Post by John Henrikson / The News Tribune on May 8, 2009 at 2:41 pm with No Comments »
May 8, 2009 2:41 pm

The Society of Professional Journalists national ethics committee is calling foul on the Washington News Council for conducting an online poll on a complaint against KIRO TV.


The Washington Secretary of State had complained to the News Council, a self-appointed watchdog group, about KIRO’s pieces on voter registration irregularities. KIRO declined to participate in a hearing. So the News Council posted an online poll, which turned out lopsided against KIRO.


“A hearing can be worthwhile if all parties voluntarily participate and work toward a common understanding,” the SPJ said in a news release. “The committee strongly objects to having a public online vote, or virtual hearing, on journalism ethics.


"The news council is wrong to emulate the ‘American Idol’ model of voting for a ‘winner,’" said Andy Schotz, chairman of SPJ’s Ethics Committee. "Gimmickry is a major step backward if the council wants to appear professional and credible."


Click here to see the results of the News Council’s “virtual hearing.” The full press release is below.




Journalism ethics group: Washington News Council should abandon ‘virtual hearing’


Public polling shouldn’t be used to render ethics judgments about journalism, the Society of Professional Journalists’ Ethics Committee said in response to a news council’s handling of a recent complaint in Washington state.


The Washington News Council conducted a "virtual hearing" on a state official’s complaint about a TV station’s reporting on voting irregularities. Washington’s secretary of state said voting-related stories by KIRO, a CBS affiliate in Seattle, were flawed and inaccurate. KIRO has chosen not to give its side to the council.


John Hamer, the news council’s executive director, said KIRO wouldn’t participate in a hearing or publicly address the complaint about its stories. Frustrated, the secretary of state withdrew his complaint.


Todd Mokhtari, KIRO’s news director, said in an interview that the station stands by its voting-related stories. He declined to talk about the news council’s hearing process.


The council hears complaints about news coverage and, ideally, mediates them or educates the public about the journalistic process.


SPJ’s Ethics Committee sees merit in a news council as a mediator or an educator.

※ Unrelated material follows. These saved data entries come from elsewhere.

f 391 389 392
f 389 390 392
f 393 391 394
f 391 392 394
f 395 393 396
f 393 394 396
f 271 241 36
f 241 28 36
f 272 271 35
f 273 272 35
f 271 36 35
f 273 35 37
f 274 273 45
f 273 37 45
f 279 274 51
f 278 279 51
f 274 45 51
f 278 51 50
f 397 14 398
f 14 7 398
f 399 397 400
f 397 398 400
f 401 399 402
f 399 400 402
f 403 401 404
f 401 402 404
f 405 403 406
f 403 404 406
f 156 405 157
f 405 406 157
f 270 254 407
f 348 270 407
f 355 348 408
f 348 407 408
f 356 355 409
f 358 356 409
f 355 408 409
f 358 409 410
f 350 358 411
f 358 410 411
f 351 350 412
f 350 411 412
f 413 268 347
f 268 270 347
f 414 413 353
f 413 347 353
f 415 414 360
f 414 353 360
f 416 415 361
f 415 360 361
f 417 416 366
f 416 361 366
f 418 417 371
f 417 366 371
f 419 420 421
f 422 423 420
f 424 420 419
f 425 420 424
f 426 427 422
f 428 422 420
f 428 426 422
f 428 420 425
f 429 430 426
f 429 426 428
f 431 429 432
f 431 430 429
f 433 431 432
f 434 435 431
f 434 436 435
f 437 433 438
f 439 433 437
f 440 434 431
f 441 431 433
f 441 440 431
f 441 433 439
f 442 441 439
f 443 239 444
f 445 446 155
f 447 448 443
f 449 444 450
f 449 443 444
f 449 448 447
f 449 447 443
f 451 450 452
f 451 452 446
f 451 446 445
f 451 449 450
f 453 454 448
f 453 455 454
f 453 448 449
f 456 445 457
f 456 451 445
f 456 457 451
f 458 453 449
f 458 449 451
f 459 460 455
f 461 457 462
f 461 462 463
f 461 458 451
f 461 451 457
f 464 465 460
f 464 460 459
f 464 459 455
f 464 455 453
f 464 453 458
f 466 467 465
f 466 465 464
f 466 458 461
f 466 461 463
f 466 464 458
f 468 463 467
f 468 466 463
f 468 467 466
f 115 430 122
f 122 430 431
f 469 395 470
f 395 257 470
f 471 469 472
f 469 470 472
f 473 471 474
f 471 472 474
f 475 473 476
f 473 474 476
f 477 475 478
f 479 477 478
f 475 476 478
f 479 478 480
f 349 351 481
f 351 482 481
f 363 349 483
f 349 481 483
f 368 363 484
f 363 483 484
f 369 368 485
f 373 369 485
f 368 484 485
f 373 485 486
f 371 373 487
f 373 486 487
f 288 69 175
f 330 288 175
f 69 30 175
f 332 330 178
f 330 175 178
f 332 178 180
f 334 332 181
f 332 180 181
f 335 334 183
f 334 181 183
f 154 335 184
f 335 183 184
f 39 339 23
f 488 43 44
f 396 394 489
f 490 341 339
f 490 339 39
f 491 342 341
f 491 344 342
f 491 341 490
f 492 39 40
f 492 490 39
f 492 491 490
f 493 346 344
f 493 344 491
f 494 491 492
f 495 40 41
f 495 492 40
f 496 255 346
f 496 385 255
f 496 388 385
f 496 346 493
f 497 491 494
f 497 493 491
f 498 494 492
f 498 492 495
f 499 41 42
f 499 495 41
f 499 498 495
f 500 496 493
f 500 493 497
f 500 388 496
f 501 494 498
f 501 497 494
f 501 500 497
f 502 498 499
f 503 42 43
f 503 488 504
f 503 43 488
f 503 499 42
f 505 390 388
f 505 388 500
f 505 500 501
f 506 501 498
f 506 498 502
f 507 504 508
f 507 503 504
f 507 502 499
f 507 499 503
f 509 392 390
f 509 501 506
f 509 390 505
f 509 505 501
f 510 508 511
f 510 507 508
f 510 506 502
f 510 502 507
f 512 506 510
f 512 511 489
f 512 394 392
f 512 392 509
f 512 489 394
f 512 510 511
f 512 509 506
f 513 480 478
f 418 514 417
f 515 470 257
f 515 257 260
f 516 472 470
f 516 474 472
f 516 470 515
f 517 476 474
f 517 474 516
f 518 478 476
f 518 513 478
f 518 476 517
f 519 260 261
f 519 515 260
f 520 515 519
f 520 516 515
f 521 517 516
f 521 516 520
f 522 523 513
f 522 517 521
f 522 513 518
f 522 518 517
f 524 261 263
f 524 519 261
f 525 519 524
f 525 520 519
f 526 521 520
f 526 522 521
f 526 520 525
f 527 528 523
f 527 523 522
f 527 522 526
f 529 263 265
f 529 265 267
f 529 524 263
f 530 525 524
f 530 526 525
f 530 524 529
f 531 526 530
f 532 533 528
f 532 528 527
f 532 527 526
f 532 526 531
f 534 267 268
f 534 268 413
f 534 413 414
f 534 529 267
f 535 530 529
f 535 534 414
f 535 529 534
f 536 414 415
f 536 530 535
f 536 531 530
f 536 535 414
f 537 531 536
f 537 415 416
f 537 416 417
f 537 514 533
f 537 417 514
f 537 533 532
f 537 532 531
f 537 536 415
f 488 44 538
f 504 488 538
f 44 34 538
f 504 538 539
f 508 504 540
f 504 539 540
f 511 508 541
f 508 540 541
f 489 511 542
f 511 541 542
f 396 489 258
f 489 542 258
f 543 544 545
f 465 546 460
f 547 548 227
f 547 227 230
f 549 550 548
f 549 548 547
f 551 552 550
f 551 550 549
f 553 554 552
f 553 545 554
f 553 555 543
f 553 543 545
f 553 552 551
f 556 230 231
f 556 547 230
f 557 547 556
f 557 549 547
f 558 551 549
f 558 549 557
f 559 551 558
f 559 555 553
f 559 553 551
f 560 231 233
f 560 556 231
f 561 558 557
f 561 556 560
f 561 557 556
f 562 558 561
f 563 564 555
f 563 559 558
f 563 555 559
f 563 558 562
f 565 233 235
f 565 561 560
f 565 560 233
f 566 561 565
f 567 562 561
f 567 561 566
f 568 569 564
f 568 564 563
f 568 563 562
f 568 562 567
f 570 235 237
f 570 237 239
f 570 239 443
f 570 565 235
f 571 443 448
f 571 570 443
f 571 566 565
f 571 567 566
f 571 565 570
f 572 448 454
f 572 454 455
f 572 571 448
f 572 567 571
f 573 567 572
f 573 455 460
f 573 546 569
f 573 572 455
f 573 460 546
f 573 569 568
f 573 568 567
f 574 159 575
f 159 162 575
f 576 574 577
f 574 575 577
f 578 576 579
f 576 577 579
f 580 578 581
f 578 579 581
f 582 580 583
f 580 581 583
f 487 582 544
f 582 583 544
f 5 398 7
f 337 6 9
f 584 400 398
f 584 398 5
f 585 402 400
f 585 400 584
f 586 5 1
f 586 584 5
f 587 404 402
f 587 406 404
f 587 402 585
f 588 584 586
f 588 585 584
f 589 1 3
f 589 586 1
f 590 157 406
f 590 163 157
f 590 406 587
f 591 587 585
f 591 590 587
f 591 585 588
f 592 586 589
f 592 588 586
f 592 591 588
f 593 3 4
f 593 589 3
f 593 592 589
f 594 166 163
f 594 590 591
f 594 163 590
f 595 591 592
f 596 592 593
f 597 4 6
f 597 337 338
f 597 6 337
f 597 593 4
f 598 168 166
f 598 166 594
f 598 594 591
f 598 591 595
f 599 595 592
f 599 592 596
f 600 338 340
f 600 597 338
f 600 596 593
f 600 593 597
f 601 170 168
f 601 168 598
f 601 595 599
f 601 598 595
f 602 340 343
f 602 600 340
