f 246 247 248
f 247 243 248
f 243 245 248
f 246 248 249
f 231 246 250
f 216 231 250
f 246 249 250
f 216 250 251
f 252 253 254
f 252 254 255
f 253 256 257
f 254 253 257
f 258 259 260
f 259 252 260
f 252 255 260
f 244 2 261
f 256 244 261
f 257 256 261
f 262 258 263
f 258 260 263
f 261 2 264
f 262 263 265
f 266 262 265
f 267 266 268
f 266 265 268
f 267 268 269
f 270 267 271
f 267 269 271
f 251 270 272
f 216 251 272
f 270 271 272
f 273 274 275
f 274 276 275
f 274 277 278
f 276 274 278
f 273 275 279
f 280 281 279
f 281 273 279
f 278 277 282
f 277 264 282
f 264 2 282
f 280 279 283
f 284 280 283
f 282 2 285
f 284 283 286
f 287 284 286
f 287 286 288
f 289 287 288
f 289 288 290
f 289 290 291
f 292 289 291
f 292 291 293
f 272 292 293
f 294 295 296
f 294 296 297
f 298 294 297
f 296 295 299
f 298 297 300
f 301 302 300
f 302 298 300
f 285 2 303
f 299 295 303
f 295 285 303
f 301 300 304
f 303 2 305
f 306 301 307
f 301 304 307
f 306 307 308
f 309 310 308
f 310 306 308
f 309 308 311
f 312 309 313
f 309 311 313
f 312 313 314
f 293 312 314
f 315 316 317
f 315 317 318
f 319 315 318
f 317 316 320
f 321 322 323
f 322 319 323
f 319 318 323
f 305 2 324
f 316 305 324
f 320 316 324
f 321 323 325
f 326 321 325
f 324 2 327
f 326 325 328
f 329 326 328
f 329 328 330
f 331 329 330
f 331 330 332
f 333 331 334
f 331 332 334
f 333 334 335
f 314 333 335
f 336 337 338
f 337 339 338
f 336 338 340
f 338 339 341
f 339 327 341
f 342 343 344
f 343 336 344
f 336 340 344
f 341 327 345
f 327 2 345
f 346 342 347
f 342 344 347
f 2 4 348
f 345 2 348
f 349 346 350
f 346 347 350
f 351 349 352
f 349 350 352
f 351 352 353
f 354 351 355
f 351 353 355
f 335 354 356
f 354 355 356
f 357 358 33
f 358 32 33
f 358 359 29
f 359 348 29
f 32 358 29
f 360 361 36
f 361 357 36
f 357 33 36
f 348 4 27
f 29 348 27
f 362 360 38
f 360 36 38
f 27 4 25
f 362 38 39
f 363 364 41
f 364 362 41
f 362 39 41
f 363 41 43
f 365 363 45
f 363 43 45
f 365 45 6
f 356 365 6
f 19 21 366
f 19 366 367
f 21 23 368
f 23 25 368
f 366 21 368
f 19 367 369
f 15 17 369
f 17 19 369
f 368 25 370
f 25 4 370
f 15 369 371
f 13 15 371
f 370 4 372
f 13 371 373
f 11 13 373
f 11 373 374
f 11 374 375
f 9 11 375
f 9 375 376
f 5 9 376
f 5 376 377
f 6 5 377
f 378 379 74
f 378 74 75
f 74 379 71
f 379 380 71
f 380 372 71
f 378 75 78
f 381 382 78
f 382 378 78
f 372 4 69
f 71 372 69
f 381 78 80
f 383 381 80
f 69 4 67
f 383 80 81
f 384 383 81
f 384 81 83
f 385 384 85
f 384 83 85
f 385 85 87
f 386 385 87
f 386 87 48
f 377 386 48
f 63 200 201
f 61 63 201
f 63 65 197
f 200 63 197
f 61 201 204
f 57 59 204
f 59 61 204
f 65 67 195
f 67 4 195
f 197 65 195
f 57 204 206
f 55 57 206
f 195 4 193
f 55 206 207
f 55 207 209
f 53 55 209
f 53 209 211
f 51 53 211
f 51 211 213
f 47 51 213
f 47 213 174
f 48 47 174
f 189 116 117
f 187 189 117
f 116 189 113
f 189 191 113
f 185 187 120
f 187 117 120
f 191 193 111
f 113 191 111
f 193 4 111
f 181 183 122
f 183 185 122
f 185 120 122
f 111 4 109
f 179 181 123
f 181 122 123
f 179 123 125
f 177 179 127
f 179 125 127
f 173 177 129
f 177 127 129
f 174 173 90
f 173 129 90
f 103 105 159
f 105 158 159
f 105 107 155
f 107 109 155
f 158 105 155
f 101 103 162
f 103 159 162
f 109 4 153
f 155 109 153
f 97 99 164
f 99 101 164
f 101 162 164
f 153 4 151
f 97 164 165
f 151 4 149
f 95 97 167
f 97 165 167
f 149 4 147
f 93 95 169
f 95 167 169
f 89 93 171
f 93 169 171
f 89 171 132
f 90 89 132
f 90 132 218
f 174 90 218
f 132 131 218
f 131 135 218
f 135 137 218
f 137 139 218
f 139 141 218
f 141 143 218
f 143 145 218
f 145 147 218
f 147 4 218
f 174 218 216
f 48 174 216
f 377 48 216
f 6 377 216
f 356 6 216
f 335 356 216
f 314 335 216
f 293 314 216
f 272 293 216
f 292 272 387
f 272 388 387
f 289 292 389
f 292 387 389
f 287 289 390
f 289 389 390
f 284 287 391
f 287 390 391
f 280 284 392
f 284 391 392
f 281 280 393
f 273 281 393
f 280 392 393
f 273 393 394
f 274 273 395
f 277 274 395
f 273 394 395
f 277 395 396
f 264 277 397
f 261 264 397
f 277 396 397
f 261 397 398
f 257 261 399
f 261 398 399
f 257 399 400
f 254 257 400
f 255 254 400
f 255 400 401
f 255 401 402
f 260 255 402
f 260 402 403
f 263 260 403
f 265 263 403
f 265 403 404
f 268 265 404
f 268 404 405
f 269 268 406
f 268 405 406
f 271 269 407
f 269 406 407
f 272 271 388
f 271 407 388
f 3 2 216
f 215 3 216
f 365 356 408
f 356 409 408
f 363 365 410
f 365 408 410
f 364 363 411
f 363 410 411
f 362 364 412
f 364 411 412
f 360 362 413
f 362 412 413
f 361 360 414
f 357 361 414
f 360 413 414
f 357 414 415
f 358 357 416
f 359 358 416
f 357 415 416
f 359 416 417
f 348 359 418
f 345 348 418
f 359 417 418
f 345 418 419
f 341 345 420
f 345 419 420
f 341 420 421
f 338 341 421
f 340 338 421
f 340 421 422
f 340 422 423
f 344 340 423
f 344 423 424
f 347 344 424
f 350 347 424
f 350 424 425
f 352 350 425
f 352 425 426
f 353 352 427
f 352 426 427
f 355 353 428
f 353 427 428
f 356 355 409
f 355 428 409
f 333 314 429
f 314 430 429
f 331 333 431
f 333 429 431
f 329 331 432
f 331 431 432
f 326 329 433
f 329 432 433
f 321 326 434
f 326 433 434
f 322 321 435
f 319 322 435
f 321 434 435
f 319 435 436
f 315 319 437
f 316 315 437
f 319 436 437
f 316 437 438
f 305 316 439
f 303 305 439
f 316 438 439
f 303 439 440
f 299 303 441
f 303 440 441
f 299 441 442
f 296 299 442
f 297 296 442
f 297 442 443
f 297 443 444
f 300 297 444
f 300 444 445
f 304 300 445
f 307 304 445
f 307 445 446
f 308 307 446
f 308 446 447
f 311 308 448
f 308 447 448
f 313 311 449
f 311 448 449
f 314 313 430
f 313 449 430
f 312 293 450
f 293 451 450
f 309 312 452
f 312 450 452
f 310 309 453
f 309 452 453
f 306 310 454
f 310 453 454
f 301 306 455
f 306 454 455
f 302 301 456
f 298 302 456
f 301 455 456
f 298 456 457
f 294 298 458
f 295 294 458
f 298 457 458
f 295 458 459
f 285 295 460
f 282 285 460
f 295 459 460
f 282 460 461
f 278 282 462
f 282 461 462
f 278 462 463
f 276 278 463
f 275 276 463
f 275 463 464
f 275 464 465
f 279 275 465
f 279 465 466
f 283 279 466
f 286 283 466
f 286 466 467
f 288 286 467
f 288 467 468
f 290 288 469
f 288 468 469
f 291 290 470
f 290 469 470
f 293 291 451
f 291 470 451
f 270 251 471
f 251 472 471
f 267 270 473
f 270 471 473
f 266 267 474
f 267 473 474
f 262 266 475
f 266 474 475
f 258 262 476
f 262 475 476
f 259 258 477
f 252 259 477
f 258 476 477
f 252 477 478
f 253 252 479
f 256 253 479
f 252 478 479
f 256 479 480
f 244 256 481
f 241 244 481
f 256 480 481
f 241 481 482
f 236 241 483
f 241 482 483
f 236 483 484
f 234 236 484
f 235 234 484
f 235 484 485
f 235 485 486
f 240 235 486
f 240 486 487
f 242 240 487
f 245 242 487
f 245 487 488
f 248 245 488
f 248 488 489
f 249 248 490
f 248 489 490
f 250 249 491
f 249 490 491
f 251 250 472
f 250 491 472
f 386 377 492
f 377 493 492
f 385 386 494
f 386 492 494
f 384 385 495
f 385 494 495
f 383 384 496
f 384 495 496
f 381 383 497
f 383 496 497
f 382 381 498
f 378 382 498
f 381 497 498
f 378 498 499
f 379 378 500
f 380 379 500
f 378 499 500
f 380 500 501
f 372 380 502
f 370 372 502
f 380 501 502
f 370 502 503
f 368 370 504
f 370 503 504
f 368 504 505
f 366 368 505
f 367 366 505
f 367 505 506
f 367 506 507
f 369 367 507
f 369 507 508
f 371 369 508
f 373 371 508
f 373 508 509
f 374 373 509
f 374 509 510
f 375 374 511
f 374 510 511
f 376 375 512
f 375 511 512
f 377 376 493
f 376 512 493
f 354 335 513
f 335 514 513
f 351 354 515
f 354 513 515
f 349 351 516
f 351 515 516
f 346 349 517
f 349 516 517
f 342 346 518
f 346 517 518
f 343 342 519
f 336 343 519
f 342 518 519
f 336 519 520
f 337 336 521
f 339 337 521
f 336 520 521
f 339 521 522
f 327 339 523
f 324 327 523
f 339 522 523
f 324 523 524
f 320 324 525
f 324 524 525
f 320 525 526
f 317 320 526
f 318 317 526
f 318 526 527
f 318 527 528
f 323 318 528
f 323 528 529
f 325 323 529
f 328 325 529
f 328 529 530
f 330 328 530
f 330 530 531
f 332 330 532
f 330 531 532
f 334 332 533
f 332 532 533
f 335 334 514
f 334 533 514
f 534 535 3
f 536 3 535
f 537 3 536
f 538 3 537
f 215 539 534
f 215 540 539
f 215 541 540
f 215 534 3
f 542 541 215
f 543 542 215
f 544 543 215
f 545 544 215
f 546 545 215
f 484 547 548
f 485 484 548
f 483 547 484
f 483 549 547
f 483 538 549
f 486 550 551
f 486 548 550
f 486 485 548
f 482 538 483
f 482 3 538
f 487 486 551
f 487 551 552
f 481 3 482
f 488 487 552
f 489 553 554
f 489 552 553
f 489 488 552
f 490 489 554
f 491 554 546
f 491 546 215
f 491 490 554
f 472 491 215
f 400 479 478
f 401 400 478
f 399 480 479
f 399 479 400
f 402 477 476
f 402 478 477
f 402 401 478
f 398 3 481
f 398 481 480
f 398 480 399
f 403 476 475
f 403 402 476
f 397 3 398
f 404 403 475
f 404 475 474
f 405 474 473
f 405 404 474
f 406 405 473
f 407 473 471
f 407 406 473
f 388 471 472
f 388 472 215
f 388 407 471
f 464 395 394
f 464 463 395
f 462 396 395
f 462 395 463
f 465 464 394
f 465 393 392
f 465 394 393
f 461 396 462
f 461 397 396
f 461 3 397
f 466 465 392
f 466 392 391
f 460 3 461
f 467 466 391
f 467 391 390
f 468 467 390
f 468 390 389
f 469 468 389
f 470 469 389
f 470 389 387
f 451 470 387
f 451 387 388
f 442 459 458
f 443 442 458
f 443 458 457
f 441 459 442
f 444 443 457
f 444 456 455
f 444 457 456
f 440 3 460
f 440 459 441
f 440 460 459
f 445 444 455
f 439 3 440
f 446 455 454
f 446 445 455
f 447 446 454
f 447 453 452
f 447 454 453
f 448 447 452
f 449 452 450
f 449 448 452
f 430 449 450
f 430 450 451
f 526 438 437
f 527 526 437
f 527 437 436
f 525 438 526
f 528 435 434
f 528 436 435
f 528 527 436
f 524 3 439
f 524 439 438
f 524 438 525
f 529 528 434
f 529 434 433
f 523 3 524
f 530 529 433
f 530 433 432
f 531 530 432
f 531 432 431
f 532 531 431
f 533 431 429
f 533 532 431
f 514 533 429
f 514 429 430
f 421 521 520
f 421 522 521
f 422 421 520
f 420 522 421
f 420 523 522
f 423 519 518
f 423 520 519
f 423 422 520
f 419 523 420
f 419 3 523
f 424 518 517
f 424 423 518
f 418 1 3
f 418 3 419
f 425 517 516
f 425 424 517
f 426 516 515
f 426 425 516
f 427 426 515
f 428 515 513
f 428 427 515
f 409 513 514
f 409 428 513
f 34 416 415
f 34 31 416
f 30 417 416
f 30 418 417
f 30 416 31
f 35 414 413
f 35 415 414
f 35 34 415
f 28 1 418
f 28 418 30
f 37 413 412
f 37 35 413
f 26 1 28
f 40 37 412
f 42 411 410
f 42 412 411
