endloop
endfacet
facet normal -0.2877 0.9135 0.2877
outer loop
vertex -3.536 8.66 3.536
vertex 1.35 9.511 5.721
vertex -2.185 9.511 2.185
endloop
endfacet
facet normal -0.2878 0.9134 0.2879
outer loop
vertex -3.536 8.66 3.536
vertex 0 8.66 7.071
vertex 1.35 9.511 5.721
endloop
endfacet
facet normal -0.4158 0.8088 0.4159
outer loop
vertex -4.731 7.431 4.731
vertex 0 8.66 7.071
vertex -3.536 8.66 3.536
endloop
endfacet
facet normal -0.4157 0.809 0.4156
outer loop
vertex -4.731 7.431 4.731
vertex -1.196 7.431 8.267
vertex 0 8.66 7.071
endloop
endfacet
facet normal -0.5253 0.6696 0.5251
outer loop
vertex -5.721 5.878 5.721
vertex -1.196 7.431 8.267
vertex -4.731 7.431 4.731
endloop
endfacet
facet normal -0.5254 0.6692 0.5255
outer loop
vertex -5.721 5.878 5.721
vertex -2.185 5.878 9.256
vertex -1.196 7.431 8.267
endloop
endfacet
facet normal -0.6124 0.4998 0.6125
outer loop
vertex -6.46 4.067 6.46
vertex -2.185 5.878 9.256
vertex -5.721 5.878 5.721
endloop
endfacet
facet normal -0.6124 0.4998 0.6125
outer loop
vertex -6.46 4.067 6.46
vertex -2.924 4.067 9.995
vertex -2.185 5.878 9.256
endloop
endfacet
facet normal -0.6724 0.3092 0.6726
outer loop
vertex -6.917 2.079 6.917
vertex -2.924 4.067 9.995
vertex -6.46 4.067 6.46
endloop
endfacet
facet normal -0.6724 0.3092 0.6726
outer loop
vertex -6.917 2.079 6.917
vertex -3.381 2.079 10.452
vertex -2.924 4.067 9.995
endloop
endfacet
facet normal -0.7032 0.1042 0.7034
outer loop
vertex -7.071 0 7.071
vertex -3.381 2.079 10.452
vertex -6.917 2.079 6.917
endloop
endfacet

A hearing can be worthwhile if all parties voluntarily participate and work toward a common understanding.


The committee strongly objects to having a public online vote, or virtual hearing, on journalism ethics.


On Monday, the council posted online voting results and comments, which were lopsided against KIRO. However, Hamer says the council doesn’t have the time or staff to verify the identities of the voters. See the poll results here.


"The news council is wrong to emulate the ‘American Idol’ model of voting for a ‘winner,’" said Andy Schotz, chairman of SPJ’s Ethics Committee. "Gimmickry is a major step backward if the council wants to appear professional and credible."


Since 1998, when the Washington News Council started, it has conducted four hearings, Hamer said. Each time, the news organization that was challenged wouldn’t participate.


Hamer said the virtual hearing is an experiment in public engagement and keeping the media accountable.


The experiment should be abandoned, the Ethics Committee Believes. Discussions of journalism ethics are often complex and nuanced. Frequently, there’s no single "right" decision.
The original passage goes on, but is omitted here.